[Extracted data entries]
=== Begin Enclosure ===
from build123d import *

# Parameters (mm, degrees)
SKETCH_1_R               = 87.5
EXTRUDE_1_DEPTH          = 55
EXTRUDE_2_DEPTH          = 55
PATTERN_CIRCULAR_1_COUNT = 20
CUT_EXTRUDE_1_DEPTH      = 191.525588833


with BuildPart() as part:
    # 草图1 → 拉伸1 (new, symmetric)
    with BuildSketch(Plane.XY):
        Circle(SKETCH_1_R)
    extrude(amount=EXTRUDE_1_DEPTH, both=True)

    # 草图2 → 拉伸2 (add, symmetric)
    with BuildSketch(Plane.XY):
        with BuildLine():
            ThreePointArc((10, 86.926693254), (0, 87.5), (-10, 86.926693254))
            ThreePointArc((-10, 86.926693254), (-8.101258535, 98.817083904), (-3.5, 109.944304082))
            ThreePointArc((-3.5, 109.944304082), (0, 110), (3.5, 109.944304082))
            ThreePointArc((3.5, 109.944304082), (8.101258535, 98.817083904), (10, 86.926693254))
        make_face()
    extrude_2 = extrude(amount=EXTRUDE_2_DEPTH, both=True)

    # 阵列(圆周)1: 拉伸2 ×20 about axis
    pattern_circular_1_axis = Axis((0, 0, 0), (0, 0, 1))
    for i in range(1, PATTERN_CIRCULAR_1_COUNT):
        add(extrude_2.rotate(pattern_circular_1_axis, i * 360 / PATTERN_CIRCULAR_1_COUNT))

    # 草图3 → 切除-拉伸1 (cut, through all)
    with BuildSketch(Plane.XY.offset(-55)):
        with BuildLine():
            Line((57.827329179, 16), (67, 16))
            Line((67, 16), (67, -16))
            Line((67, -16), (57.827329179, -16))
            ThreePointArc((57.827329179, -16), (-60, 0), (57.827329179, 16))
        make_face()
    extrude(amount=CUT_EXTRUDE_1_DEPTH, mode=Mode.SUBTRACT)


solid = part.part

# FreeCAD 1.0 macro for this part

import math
import FreeCAD as App
import Part
import Sketcher
Q = App.Units.Quantity

doc = App.newDocument("Part")
body = doc.addObject("PartDesign::Body", "Body")

# Sketch on XY plane
sketch1 = body.newObject("Sketcher::SketchObject", "Sketch")
sketch1.AttachmentSupport = (doc.getObject("XY_Plane"), [""])
sketch1.MapMode = "FlatFace"
sketch1.addGeometry(Part.Circle(App.Vector(0, 0, 0), App.Vector(0, 0, 1), 88), False)
sketch1.addConstraint(Sketcher.Constraint("Coincident", 0, 3, -1, 1))
sketch1.addConstraint(Sketcher.Constraint("Diameter", 0, Q("175 mm")))
pad1 = body.newObject("PartDesign::Pad", "Pad")
pad1.Profile = sketch1
pad1.Length = 110
pad1.Midplane = True

# Sketch on XY plane
sketch2 = body.newObject("Sketcher::SketchObject", "Sketch001")
sketch2.AttachmentSupport = (doc.getObject("XY_Plane"), [""])
sketch2.MapMode = "FlatFace"
sketch2.addGeometry(Part.ArcOfCircle(Part.Circle(App.Vector(0, 0, 0), App.Vector(0, 0, 1), 88), math.radians(83.44), math.radians(96.56)), False)
sketch2.addGeometry(Part.ArcOfCircle(Part.Circle(App.Vector(-42, 85, 0), App.Vector(0, 0, 1), 52), math.radians(2), math.radians(29)), False)
sketch2.addGeometry(Part.ArcOfCircle(Part.Circle(App.Vector(0, 0, 0), App.Vector(0, 0, 1), 110), math.radians(88.18), math.radians(91.82)), False)
sketch2.addGeometry(Part.ArcOfCircle(Part.Circle(App.Vector(42, 85, 0), App.Vector(0, 0, 1), 52), math.radians(151), math.radians(178)), False)
sketch2.addConstraint(Sketcher.Constraint("Coincident", 0, 1, 1, 1))
sketch2.addConstraint(Sketcher.Constraint("Coincident", 1, 2, 2, 1))
sketch2.addConstraint(Sketcher.Constraint("Coincident", 2, 2, 3, 1))
sketch2.addConstraint(Sketcher.Constraint("Coincident", 3, 2, 0, 2))
sketch2.addConstraint(Sketcher.Constraint("Coincident", 0, 3, -1, 1))
sketch2.addConstraint(Sketcher.Constraint("Coincident", 2, 3, -1, 1))
sketch2.addConstraint(Sketcher.Constraint("Equal", 1, 3))
sketch2.addConstraint(Sketcher.Constraint("Symmetric", 1, 3, 3, 3, -2))
sketch2.addConstraint(Sketcher.Constraint("Radius", 2, Q("110.000001 mm")))
sketch2.addConstraint(Sketcher.Constraint("Radius", 0, Q("87.5 mm")))
sketch2.addConstraint(Sketcher.Constraint("DistanceX", -1, 1, 0, 1, Q("10 mm")))
sketch2.addConstraint(Sketcher.Constraint("DistanceX", 2, 2, 1, 2, Q("7 mm")))
sketch2.addConstraint(Sketcher.Constraint("Radius", 1, Q("51.629598 mm")))
pad2 = body.newObject("PartDesign::Pad", "Pad001")
pad2.Profile = sketch2
pad2.Length = 110
pad2.Midplane = True
doc.recompute()

polarpattern = body.newObject("PartDesign::PolarPattern", "PolarPattern")
polarpattern.Originals = [pad2]
polarpattern.Axis = (doc.getObject("Z_Axis"), [""])
polarpattern.Angle = 360
polarpattern.Occurrences = 20
body.Tip = polarpattern

# Sketch on XY plane
sketch3 = body.newObject("Sketcher::SketchObject", "Sketch002")
sketch3.AttachmentSupport = (doc.getObject("XY_Plane"), [""])
sketch3.MapMode = "FlatFace"
sketch3.AttachmentOffset = App.Placement(App.Vector(0, 0, -55), App.Rotation())
sketch3.addGeometry(Part.LineSegment(App.Vector(67, 16, 0), App.Vector(58, 16, 0)), False)
sketch3.addGeometry(Part.ArcOfCircle(Part.Circle(App.Vector(0, 0, 0), App.Vector(0, 0, 1), 60), math.radians(15), math.radians(345)), False)
sketch3.addGeometry(Part.LineSegment(App.Vector(58, -16, 0), App.Vector(67, -16, 0)), False)
sketch3.addGeometry(Part.LineSegment(App.Vector(67, -16, 0), App.Vector(67, 16, 0)), False)
sketch3.addConstraint(Sketcher.Constraint("Coincident", 0, 2, 1, 1))
sketch3.addConstraint(Sketcher.Constraint("Coincident", 1, 2, 2, 1))
sketch3.addConstraint(Sketcher.Constraint("Coincident", 2, 2, 3, 1))
sketch3.addConstraint(Sketcher.Constraint("Coincident", 3, 2, 0, 1))
sketch3.addConstraint(Sketcher.Constraint("Horizontal", 0))
sketch3.addConstraint(Sketcher.Constraint("Horizontal", 2))
sketch3.addConstraint(Sketcher.Constraint("Vertical", 3))
sketch3.addConstraint(Sketcher.Constraint("Coincident", 1, 3, -1, 1))
sketch3.addConstraint(Sketcher.Constraint("Vertical", 0, 2, 1, 2))
sketch3.addConstraint(Sketcher.Constraint("Radius", 1, Q("60 mm")))
sketch3.addConstraint(Sketcher.Constraint("DistanceY", 3, 1, 3, 2, Q("32 mm")))
sketch3.addConstraint(Sketcher.Constraint("DistanceX", -1, 1, 2, 2, Q("67 mm")))
pocket1 = body.newObject("PartDesign::Pocket", "Pocket")
pocket1.Profile = sketch3
pocket1.Type = "ThroughAll"
pocket1.Reversed = True

doc.recompute()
=== End Enclosure ===
**Your goal:** Every line of the data must be reproduced exactly.

**Response to this task:**
from build123d import *

# Parameters (mm, degrees)
SKETCH_1_R               = 87.5
EXTRUDE_1_DEPTH          = 55
EXTRUDE_2_DEPTH          = 55
PATTERN_CIRCULAR_1_COUNT = 20
CUT_EXTRUDE_1_DEPTH      = 191.525588833


with BuildPart() as part:
    # 草图1 → 拉伸1 (new, symmetric)
    with BuildSketch(Plane.XY):
        Circle(SKETCH_1_R)
    extrude(amount=EXTRUDE_1_DEPTH, both=True)

    # 草图2 → 拉伸2 (add, symmetric)
    with BuildSketch(Plane.XY):
        with BuildLine():
            ThreePointArc((10, 86.926693254), (0, 87.5), (-10, 86.926693254))
            ThreePointArc((-10, 86.926693254), (-8.101258535, 98.817083904), (-3.5, 109.944304082))
            ThreePointArc((-3.5, 109.944304082), (0, 110), (3.5, 109.944304082))
            ThreePointArc((3.5, 109.944304082), (8.101258535, 98.817083904), (10, 86.926693254))
        make_face()
    extrude_2 = extrude(amount=EXTRUDE_2_DEPTH, both=True)

    # 阵列(圆周)1: 拉伸2 ×20 about axis
    pattern_circular_1_axis = Axis((0, 0, 0), (0, 0, 1))
    for i in range(1, PATTERN_CIRCULAR_1_COUNT):
        add(extrude_2.rotate(pattern_circular_1_axis, i * 360 / PATTERN_CIRCULAR_1_COUNT))

    # 草图3 → 切除-拉伸1 (cut, through all)
    with BuildSketch(Plane.XY.offset(-55)):
        with BuildLine():
            Line((57.827329179, 16), (67, 16))
            Line((67, 16), (67, -16))
            Line((67, -16), (57.827329179, -16))
            ThreePointArc((57.827329179, -16), (-60, 0), (57.827329179, 16))
        make_face()
    extrude(amount=CUT_EXTRUDE_1_DEPTH, mode=Mode.SUBTRACT)


solid = part.part

# FreeCAD 1.0 macro for this part

import math
import FreeCAD as App
import Part
import Sketcher
Q = App.Units.Quantity

doc = App.newDocument("Part")
body = doc.addObject("PartDesign::Body", "Body")

# Sketch on XY plane
sketch1 = body.newObject("Sketcher::SketchObject", "Sketch")
sketch1.AttachmentSupport = (doc.getObject("XY_Plane"), [""])
sketch1.MapMode = "FlatFace"
sketch1.addGeometry(Part.Circle(App.Vector(0, 0, 0), App.Vector(0, 0, 1), 88), False)
sketch1.addConstraint(Sketcher.Constraint("Coincident", 0, 3, -1, 1))
sketch1.addConstraint(Sketcher.Constraint("Diameter", 0, Q("175 mm")))
pad1 = body.newObject("PartDesign::Pad", "Pad")
pad1.Profile = sketch1
pad1.Length = 110
pad1.Midplane = True

# Sketch on XY plane
sketch2 = body.newObject("Sketcher::SketchObject", "Sketch001")
sketch2.AttachmentSupport = (doc.getObject("XY_Plane"), [""])
sketch2.MapMode = "FlatFace"
sketch2.addGeometry(Part.ArcOfCircle(Part.Circle(App.Vector(0, 0, 0), App.Vector(0, 0, 1), 88), math.radians(83.44), math.radians(96.56)), False)
sketch2.addGeometry(Part.ArcOfCircle(Part.Circle(App.Vector(-42, 85, 0), App.Vector(0, 0, 1), 52), math.radians(2), math.radians(29)), False)
sketch2.addGeometry(Part.ArcOfCircle(Part.Circle(App.Vector(0, 0, 0), App.Vector(0, 0, 1), 110), math.radians(88.18), math.radians(91.82)), False)
sketch2.addGeometry(Part.ArcOfCircle(Part.Circle(App.Vector(42, 85, 0), App.Vector(0, 0, 1), 52), math.radians(151), math.radians(178)), False)
sketch2.addConstraint(Sketcher.Constraint("Coincident", 0, 1, 1, 1))
sketch2.addConstraint(Sketcher.Constraint("Coincident", 1, 2, 2, 1))
sketch2.addConstraint(Sketcher.Constraint("Coincident", 2, 2, 3, 1))
sketch2.addConstraint(Sketcher.Constraint("Coincident", 3, 2, 0, 2))
sketch2.addConstraint(Sketcher.Constraint("Coincident", 0, 3, -1, 1))
sketch2.addConstraint(Sketcher.Constraint("Coincident", 2, 3, -1, 1))
sketch2.addConstraint(Sketcher.Constraint("Equal", 1, 3))
sketch2.addConstraint(Sketcher.Constraint("Symmetric", 1, 3, 3, 3, -2))
sketch2.addConstraint(Sketcher.Constraint("Radius", 2, Q("110.000001 mm")))
sketch2.addConstraint(Sketcher.Constraint("Radius", 0, Q("87.5 mm")))
sketch2.addConstraint(Sketcher.Constraint("DistanceX", -1, 1, 0, 1, Q("10 mm")))
sketch2.addConstraint(Sketcher.Constraint("DistanceX", 2, 2, 1, 2, Q("7 mm")))
sketch2.addConstraint(Sketcher.Constraint("Radius", 1, Q("51.629598 mm")))
pad2 = body.newObject("PartDesign::Pad", "Pad001")
pad2.Profile = sketch2
pad2.Length = 110
pad2.Midplane = True
doc.recompute()

polarpattern = body.newObject("PartDesign::PolarPattern", "PolarPattern")
polarpattern.Originals = [pad2]
polarpattern.Axis = (doc.getObject("Z_Axis"), [""])
polarpattern.Angle = 360
polarpattern.Occurrences = 20
body.Tip = polarpattern

# Sketch on XY plane
sketch3 = body.newObject("Sketcher::SketchObject", "Sketch002")
sketch3.AttachmentSupport = (doc.getObject("XY_Plane"), [""])
sketch3.MapMode = "FlatFace"
sketch3.AttachmentOffset = App.Placement(App.Vector(0, 0, -55), App.Rotation())
sketch3.addGeometry(Part.LineSegment(App.Vector(67, 16, 0), App.Vector(58, 16, 0)), False)
sketch3.addGeometry(Part.ArcOfCircle(Part.Circle(App.Vector(0, 0, 0), App.Vector(0, 0, 1), 60), math.radians(15), math.radians(345)), False)
sketch3.addGeometry(Part.LineSegment(App.Vector(58, -16, 0), App.Vector(67, -16, 0)), False)
sketch3.addGeometry(Part.LineSegment(App.Vector(67, -16, 0), App.Vector(67, 16, 0)), False)
sketch3.addConstraint(Sketcher.Constraint("Coincident", 0, 2, 1, 1))
sketch3.addConstraint(Sketcher.Constraint("Coincident", 1, 2, 2, 1))
sketch3.addConstraint(Sketcher.Constraint("Coincident", 2, 2, 3, 1))
sketch3.addConstraint(Sketcher.Constraint("Coincident", 3, 2, 0, 1))
sketch3.addConstraint(Sketcher.Constraint("Horizontal", 0))
sketch3.addConstraint(Sketcher.Constraint("Horizontal", 2))
sketch3.addConstraint(Sketcher.Constraint("Vertical", 3))
sketch3.addConstraint(Sketcher.Constraint("Coincident", 1, 3, -1, 1))
sketch3.addConstraint(Sketcher.Constraint("Vertical", 0, 2, 1, 2))
sketch3.addConstraint(Sketcher.Constraint("Radius", 1, Q("60 mm")))
sketch3.addConstraint(Sketcher.Constraint("DistanceY", 3, 1, 3, 2, Q("32 mm")))
sketch3.addConstraint(Sketcher.Constraint("DistanceX", -1, 1, 2, 2, Q("67 mm")))
pocket1 = body.newObject("PartDesign::Pocket", "Pocket")
pocket1.Profile = sketch3
pocket1.Type = "ThroughAll"
pocket1.Reversed = True

doc.recompute()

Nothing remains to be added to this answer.